We have seen how to read csv files and Excel files in lecture. But there is unfortunately many many types of files! Some examples are tab-separated files (.tsv or .txt files), STATA files, SAS files…

In the data folder there is two files to allow you to practice reading data in multiple formats.

pizzadata.tsv (Tab Separated File)
RheumArth_Tx_AgeComparisons.dta (STATA file)

pizza <- read_tsv("data/pizzadata.tsv")

Rows: 48620 Columns: 11
── Column specification ────────────────────────────────────────────────────────
Delimiter: "\t"
chr  (5): pizza_name_id, order_date, pizza_size, pizza_category, pizza_name
dbl  (5): pizza_id, order_id, quantity, unit_price, total_price
time (1): order_time

ℹ Use `spec()` to retrieve the full column specification for this data.
ℹ Specify the column types or set `show_col_types = FALSE` to quiet this message.

library(haven)
arth_stat <- read_dta("data/RheumArth_Tx_AgeComparisons.dta")

Since many different files can be available and it is not possible to memorize the functions for each of them, try to use Google or tidyverse documentation to find the best function to read these files into R.

Once you are done, can you answer this question?

Q1: How many unique pizza_name values are there? Of the pizzas sold, which one is your favorite?

unique(pizza$pizza_name)

 [1] "The Hawaiian Pizza"                        
 [2] "The Classic Deluxe Pizza"                  
 [3] "The Five Cheese Pizza"                     
 [4] "The Italian Supreme Pizza"                 
 [5] "The Mexicana Pizza"                        
 [6] "The Thai Chicken Pizza"                    
 [7] "The Prosciutto and Arugula Pizza"          
 [8] "The Barbecue Chicken Pizza"                
 [9] "The Greek Pizza"                           
[10] "The Spinach Supreme Pizza"                 
[11] "The Green Garden Pizza"                    
[12] "The Italian Capocollo Pizza"               
[13] "The Spicy Italian Pizza"                   
[14] "The Spinach Pesto Pizza"                   
[15] "The Vegetables + Vegetables Pizza"         
[16] "The Southwest Chicken Pizza"               
[17] "The California Chicken Pizza"              
[18] "The Pepperoni Pizza"                       
[19] "The Chicken Pesto Pizza"                   
[20] "The Big Meat Pizza"                        
[21] "The Soppressata Pizza"                     
[22] "The Four Cheese Pizza"                     
[23] "The Napolitana Pizza"                      
[24] "The Calabrese Pizza"                       
[25] "The Italian Vegetables Pizza"              
[26] "The Mediterranean Pizza"                   
[27] "The Pepper Salami Pizza"                   
[28] "The Spinach and Feta Pizza"                
[29] "The Sicilian Pizza"                        
[30] "The Chicken Alfredo Pizza"                 
[31] "The Pepperoni, Mushroom, and Peppers Pizza"
[32] "The Brie Carre Pizza"

Q2: Extra challenge Can you figure out how what is the name of the pizza with the most sales (More on this on day 3)?

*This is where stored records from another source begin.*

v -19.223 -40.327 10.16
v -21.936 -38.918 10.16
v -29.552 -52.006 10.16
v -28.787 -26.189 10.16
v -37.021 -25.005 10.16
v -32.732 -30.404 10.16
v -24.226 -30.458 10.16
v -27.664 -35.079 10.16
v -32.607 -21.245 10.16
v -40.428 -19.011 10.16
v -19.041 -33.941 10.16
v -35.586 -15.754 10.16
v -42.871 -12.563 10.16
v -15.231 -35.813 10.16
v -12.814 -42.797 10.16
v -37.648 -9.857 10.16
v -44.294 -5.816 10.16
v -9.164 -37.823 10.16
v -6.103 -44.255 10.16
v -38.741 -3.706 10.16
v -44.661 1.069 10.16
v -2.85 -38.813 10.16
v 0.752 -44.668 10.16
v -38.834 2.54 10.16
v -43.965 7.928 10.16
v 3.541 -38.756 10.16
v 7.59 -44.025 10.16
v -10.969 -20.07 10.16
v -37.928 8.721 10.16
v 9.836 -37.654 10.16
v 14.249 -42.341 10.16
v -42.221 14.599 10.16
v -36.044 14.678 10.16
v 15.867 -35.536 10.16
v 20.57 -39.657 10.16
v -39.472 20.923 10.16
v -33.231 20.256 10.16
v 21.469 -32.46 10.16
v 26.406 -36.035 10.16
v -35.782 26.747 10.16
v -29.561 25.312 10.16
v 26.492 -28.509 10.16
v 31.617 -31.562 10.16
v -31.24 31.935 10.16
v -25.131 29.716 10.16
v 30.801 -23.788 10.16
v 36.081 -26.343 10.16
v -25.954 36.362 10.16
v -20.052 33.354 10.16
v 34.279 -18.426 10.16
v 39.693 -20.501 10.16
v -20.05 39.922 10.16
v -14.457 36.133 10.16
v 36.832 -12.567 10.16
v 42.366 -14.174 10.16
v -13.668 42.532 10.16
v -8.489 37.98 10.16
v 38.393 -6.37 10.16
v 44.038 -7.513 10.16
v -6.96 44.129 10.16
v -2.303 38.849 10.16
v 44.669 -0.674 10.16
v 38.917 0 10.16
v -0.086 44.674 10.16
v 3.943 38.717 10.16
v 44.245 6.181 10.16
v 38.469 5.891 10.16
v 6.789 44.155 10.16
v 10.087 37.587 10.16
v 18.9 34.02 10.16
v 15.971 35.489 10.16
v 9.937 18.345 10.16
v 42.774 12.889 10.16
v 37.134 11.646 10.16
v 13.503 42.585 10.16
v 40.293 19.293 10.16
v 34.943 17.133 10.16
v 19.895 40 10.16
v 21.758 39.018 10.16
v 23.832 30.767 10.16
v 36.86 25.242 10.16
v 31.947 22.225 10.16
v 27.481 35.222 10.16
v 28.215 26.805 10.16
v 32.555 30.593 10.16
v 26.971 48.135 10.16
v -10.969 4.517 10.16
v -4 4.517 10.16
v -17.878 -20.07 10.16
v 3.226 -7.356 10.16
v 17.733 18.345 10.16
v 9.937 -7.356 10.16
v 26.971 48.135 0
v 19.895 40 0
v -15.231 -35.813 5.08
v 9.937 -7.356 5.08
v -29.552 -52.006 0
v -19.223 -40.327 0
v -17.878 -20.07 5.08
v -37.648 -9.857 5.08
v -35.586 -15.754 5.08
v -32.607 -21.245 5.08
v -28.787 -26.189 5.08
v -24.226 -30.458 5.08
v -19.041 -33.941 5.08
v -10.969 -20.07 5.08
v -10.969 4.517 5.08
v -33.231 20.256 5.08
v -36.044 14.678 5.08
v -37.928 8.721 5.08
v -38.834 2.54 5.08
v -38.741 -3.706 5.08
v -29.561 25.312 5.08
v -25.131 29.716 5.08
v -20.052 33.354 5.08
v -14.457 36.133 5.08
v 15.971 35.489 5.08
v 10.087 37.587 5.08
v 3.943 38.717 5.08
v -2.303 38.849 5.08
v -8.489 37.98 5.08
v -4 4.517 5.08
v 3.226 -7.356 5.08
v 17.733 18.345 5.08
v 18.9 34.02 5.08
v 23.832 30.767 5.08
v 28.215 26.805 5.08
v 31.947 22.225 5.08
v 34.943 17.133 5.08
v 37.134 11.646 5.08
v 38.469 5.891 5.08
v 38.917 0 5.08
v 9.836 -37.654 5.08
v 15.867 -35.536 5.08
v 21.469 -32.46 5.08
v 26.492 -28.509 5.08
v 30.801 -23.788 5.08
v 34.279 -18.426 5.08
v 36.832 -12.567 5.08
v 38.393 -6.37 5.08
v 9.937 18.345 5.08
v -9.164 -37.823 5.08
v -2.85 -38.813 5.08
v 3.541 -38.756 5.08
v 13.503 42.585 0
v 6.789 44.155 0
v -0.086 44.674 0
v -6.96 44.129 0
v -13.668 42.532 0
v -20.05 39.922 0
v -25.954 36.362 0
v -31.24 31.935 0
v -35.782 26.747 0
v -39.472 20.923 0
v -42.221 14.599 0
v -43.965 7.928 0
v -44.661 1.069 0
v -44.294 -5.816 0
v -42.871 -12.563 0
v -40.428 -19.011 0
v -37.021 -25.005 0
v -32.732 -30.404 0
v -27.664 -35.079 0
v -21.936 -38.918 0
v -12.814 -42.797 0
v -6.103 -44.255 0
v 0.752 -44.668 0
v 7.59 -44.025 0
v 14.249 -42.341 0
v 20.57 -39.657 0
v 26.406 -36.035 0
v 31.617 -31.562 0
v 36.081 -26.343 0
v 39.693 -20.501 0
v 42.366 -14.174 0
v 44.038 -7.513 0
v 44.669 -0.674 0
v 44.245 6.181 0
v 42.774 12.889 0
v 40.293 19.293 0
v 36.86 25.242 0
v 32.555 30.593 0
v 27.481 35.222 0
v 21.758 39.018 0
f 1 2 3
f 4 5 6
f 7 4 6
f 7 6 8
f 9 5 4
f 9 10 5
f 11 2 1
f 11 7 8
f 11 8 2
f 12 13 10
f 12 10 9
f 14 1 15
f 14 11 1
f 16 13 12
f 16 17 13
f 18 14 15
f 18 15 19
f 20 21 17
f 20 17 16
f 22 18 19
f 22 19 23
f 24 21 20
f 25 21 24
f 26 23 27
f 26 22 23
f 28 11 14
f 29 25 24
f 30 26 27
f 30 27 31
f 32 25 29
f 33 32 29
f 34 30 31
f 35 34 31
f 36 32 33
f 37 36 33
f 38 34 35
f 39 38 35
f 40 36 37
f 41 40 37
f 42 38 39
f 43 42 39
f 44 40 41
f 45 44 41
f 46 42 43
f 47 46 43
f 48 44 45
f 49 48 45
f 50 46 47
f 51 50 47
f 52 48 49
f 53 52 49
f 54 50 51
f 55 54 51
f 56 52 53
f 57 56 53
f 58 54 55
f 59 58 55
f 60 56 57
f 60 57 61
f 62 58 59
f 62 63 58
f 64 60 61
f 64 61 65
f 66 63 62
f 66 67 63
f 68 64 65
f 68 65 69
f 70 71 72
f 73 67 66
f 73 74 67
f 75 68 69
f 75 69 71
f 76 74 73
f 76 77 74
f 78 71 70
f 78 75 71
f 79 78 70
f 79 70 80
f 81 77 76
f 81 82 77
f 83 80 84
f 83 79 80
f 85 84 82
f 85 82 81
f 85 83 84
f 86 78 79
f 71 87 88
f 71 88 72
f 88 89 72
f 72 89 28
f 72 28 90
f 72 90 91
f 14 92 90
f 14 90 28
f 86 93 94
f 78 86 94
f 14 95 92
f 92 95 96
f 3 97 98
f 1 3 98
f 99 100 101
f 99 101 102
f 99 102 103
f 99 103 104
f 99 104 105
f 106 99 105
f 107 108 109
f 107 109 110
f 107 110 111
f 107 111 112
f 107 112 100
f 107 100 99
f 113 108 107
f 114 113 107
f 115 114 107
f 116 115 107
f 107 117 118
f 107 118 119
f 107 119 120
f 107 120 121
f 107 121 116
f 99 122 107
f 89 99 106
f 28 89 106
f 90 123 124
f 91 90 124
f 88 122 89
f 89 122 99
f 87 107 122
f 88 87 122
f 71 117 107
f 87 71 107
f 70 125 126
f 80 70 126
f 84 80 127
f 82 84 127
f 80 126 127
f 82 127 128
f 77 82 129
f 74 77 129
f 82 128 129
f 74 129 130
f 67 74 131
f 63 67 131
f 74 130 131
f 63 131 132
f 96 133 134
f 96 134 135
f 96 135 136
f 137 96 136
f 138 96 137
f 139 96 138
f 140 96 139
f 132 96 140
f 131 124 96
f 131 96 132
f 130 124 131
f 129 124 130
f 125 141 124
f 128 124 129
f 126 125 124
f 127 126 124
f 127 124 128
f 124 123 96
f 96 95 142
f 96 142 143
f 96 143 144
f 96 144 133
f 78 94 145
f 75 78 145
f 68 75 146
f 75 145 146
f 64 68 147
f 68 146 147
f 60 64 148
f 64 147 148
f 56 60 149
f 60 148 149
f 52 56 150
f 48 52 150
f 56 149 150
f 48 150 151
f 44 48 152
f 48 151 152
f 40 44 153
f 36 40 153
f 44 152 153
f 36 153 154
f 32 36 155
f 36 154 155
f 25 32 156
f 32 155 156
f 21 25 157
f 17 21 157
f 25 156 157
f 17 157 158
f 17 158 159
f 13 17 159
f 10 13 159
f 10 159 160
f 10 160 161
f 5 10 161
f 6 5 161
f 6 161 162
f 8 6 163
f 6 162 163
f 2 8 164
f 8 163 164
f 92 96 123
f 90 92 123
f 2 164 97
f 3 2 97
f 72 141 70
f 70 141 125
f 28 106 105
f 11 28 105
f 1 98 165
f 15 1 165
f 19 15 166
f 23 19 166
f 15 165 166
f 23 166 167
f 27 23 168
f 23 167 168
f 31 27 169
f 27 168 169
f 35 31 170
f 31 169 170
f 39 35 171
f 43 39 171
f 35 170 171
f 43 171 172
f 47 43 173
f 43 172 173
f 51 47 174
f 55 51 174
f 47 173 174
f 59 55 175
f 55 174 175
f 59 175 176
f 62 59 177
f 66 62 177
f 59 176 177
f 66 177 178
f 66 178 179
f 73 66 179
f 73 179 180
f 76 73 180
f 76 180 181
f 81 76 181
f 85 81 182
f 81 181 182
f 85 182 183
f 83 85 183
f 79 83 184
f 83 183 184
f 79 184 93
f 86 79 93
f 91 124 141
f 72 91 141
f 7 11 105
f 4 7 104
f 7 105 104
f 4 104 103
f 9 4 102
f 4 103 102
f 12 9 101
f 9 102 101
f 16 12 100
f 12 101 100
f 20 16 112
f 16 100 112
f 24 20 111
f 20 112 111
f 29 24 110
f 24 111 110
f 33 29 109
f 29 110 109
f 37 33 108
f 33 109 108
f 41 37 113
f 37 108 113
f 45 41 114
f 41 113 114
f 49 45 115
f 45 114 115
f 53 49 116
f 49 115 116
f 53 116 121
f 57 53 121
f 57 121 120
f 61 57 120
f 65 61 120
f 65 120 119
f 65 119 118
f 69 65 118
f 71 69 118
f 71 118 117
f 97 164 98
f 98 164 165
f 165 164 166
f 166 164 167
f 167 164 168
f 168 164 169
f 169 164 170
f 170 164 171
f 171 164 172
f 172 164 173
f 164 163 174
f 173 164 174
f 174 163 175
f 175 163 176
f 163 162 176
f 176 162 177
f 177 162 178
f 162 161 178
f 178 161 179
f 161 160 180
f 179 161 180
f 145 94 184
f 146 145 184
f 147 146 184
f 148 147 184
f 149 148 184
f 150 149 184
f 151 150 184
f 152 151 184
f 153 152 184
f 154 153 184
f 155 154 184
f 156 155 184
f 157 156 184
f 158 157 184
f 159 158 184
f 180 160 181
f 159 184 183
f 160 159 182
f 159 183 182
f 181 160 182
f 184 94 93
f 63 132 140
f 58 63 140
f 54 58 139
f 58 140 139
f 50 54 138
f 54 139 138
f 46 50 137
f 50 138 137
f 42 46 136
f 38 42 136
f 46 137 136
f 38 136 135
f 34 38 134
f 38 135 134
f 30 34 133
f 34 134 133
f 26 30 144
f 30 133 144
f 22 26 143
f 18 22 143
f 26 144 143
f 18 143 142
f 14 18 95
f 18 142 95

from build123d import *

# Parameters (mm, degrees)
F1_DEPTH = 10.16
F2_DEPTH = 5.08


with BuildPart() as f1:
    # F0 (on Top) → F1 (new body)
    with BuildSketch(Plane.XY):
        with BuildLine():
            ThreePointArc((19.8948644209, 39.9997688602), (20.8320918018, 39.5197556971), (21.7577454104, 39.0177863782))
            Line((21.7577454104, 39.0177863782), (26.9711147994, 48.1350496411))
            Line((26.9711147994, 48.1350496411), (19.8948644209, 39.9997688602))
        make_face()
        with BuildLine():
            Line((-29.5520797372, -52.0064979792), (-19.2228405766, -40.327032365))
            ThreePointArc((-19.2228405766, -40.327032365), (-20.5915769431, -39.6456062912), (-21.9361932063, -38.9177410292))
            Line((-21.9361932063, -38.9177410292), (-29.5520797372, -52.0064979792))
        make_face()
        with BuildLine():
            ThreePointArc((-19.2228405766, -40.327032365), (23.8434631573, -37.7793118501), (44.6742335043, 0))
            ThreePointArc((44.6742335043, 0), (38.5214079324, 22.624947958), (21.7577454104, 39.0177863782))
            Line((21.7577454104, 39.0177863782), (18.8999443356, 34.0199965021))
            ThreePointArc((18.8999443356, 34.0199965021), (33.5418077285, 19.7361392424), (38.9174518423, 0))
            ThreePointArc((38.9174518423, 0), (21.4688277759, -32.460090755), (-15.2308770921, -35.8132439315))
            Line((-15.2308770922, -35.8132439315), (-19.2228405766, -40.327032365))
        make_face()
        with BuildLine():
            Line((18.8999443356, 34.0199965021), (21.7577454104, 39.0177863782))
            ThreePointArc((21.7577454104, 39.0177863782), (20.8320918018, 39.5197556971), (19.8948644209, 39.9997688602))
            Line((19.8948644209, 39.9997688602), (15.971442641, 35.4891684583))
            ThreePointArc((15.971442641, 35.4891684583), (17.4511611069, 34.7854140972), (18.8999443356, 34.0199965021))
        make_face()
        with BuildLine():
            ThreePointArc((-21.9361932063, -38.9177410292), (-20.5915769431, -39.6456062912), (-19.2228405766, -40.327032365))
            Line((-19.2228405766, -40.327032365), (-15.2308770922, -35.8132439315))
            ThreePointArc((-15.2308770921, -35.8132439315), (-17.1613070553, -34.9293228971), (-19.0406590573, -33.9414401662))
            Line((-19.0406590573, -33.9414401662), (-21.9361932063, -38.9177410292))
        make_face()
        with BuildLine():
            Line((9.9367275834, 18.344911789), (18.8999443356, 34.0199965021))
            ThreePointArc((18.8999443356, 34.0199965021), (17.4511611069, 34.7854140972), (15.971442641, 35.4891684583))
            Line((15.971442641, 35.4891684583), (-10.9691135585, 4.5166932978))
            Line((-10.9691135585, 4.5166932978), (-4.0004979819, 4.5166932978))
            Line((-4.0004979819, 4.5166932978), (-17.8778032411, -20.0695820685))
            Line((-17.8778032411, -20.0695820685), (-10.9691135585, -20.0695820685))
            Line((-10.9691135585, -20.0695820685), (-19.0406590573, -33.9414401662))
            ThreePointArc((-19.0406590573, -33.9414401662), (-17.1613070553, -34.9293228971), (-15.2308770921, -35.8132439315))
            Line((-15.2308770922, -35.8132439315), (9.9367275834, -7.3557584547))
            Line((9.9367275834, -7.3557584547), (3.2262078021, -7.3557584547))
            Line((3.2262078021, -7.3557584547), (17.7325143094, 18.344911789))
            Line((17.7325143094, 18.344911789), (9.9367275834, 18.344911789))
        make_face()
        with BuildLine():
            Line((15.971442641, 35.4891684583), (19.8948644209, 39.9997688602))
            ThreePointArc((19.8948644209, 39.9997688602), (-39.4719533034, 20.9225247427), (-21.9361932063, -38.9177410292))
            Line((-21.9361932063, -38.9177410292), (-19.0406590573, -33.9414401662))
            ThreePointArc((-19.0406590573, -33.9414401662), (-34.7492068376, 17.5231470361), (15.971442641, 35.4891684583))
        make_face()
    extrude(amount=F1_DEPTH)

    # F0 (on Top) → F2 (join)
    with BuildSketch(Plane.XY):
        with BuildLine():
            Line((-10.9691135585, 4.5166932978), (15.971442641, 35.4891684583))
            ThreePointArc((15.971442641, 35.4891684583), (-34.7492068376, 17.5231470361), (-19.0406590573, -33.9414401662))
            Line((-19.0406590573, -33.9414401662), (-10.9691135585, -20.0695820685))
            Line((-10.9691135585, -20.0695820685), (-17.8778032411, -20.0695820685))
            Line((-17.8778032411, -20.0695820685), (-4.0004979819, 4.5166932978))
            Line((-4.0004979819, 4.5166932978), (-10.9691135585, 4.5166932978))
        make_face()
        with BuildLine():
            ThreePointArc((38.9174518423, 0), (33.5418077285, 19.7361392424), (18.8999443356, 34.0199965021))
            Line((18.8999443356, 34.0199965021), (9.9367275834, 18.344911789))
            Line((9.9367275834, 18.344911789), (17.7325143094, 18.344911789))
            Line((17.7325143094, 18.344911789), (3.2262078021, -7.3557584547))
            Line((3.2262078021, -7.3557584547), (9.9367275834, -7.3557584547))
            Line((9.9367275834, -7.3557584547), (-15.2308770922, -35.8132439315))
            ThreePointArc((-15.2308770921, -35.8132439315), (21.4688277759, -32.460090755), (38.9174518423, 0))
        make_face()
    extrude(amount=F2_DEPTH)


solid = f1.part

pizza %>% group_by(pizza_name) %>% summarize(sold = n()) %>% arrange(desc(sold)) %>% head(5)

# A tibble: 5 × 2
  pizza_name                  sold
  <chr>                      <int>
1 The Classic Deluxe Pizza    2416
2 The Barbecue Chicken Pizza  2372
3 The Hawaiian Pizza          2370
4 The Pepperoni Pizza         2369
5 The Thai Chicken Pizza      2315

Classic Deluxe Pizza!

Once you have finished this lab you should save and commit your changes to Git, then pull and push to GitHub.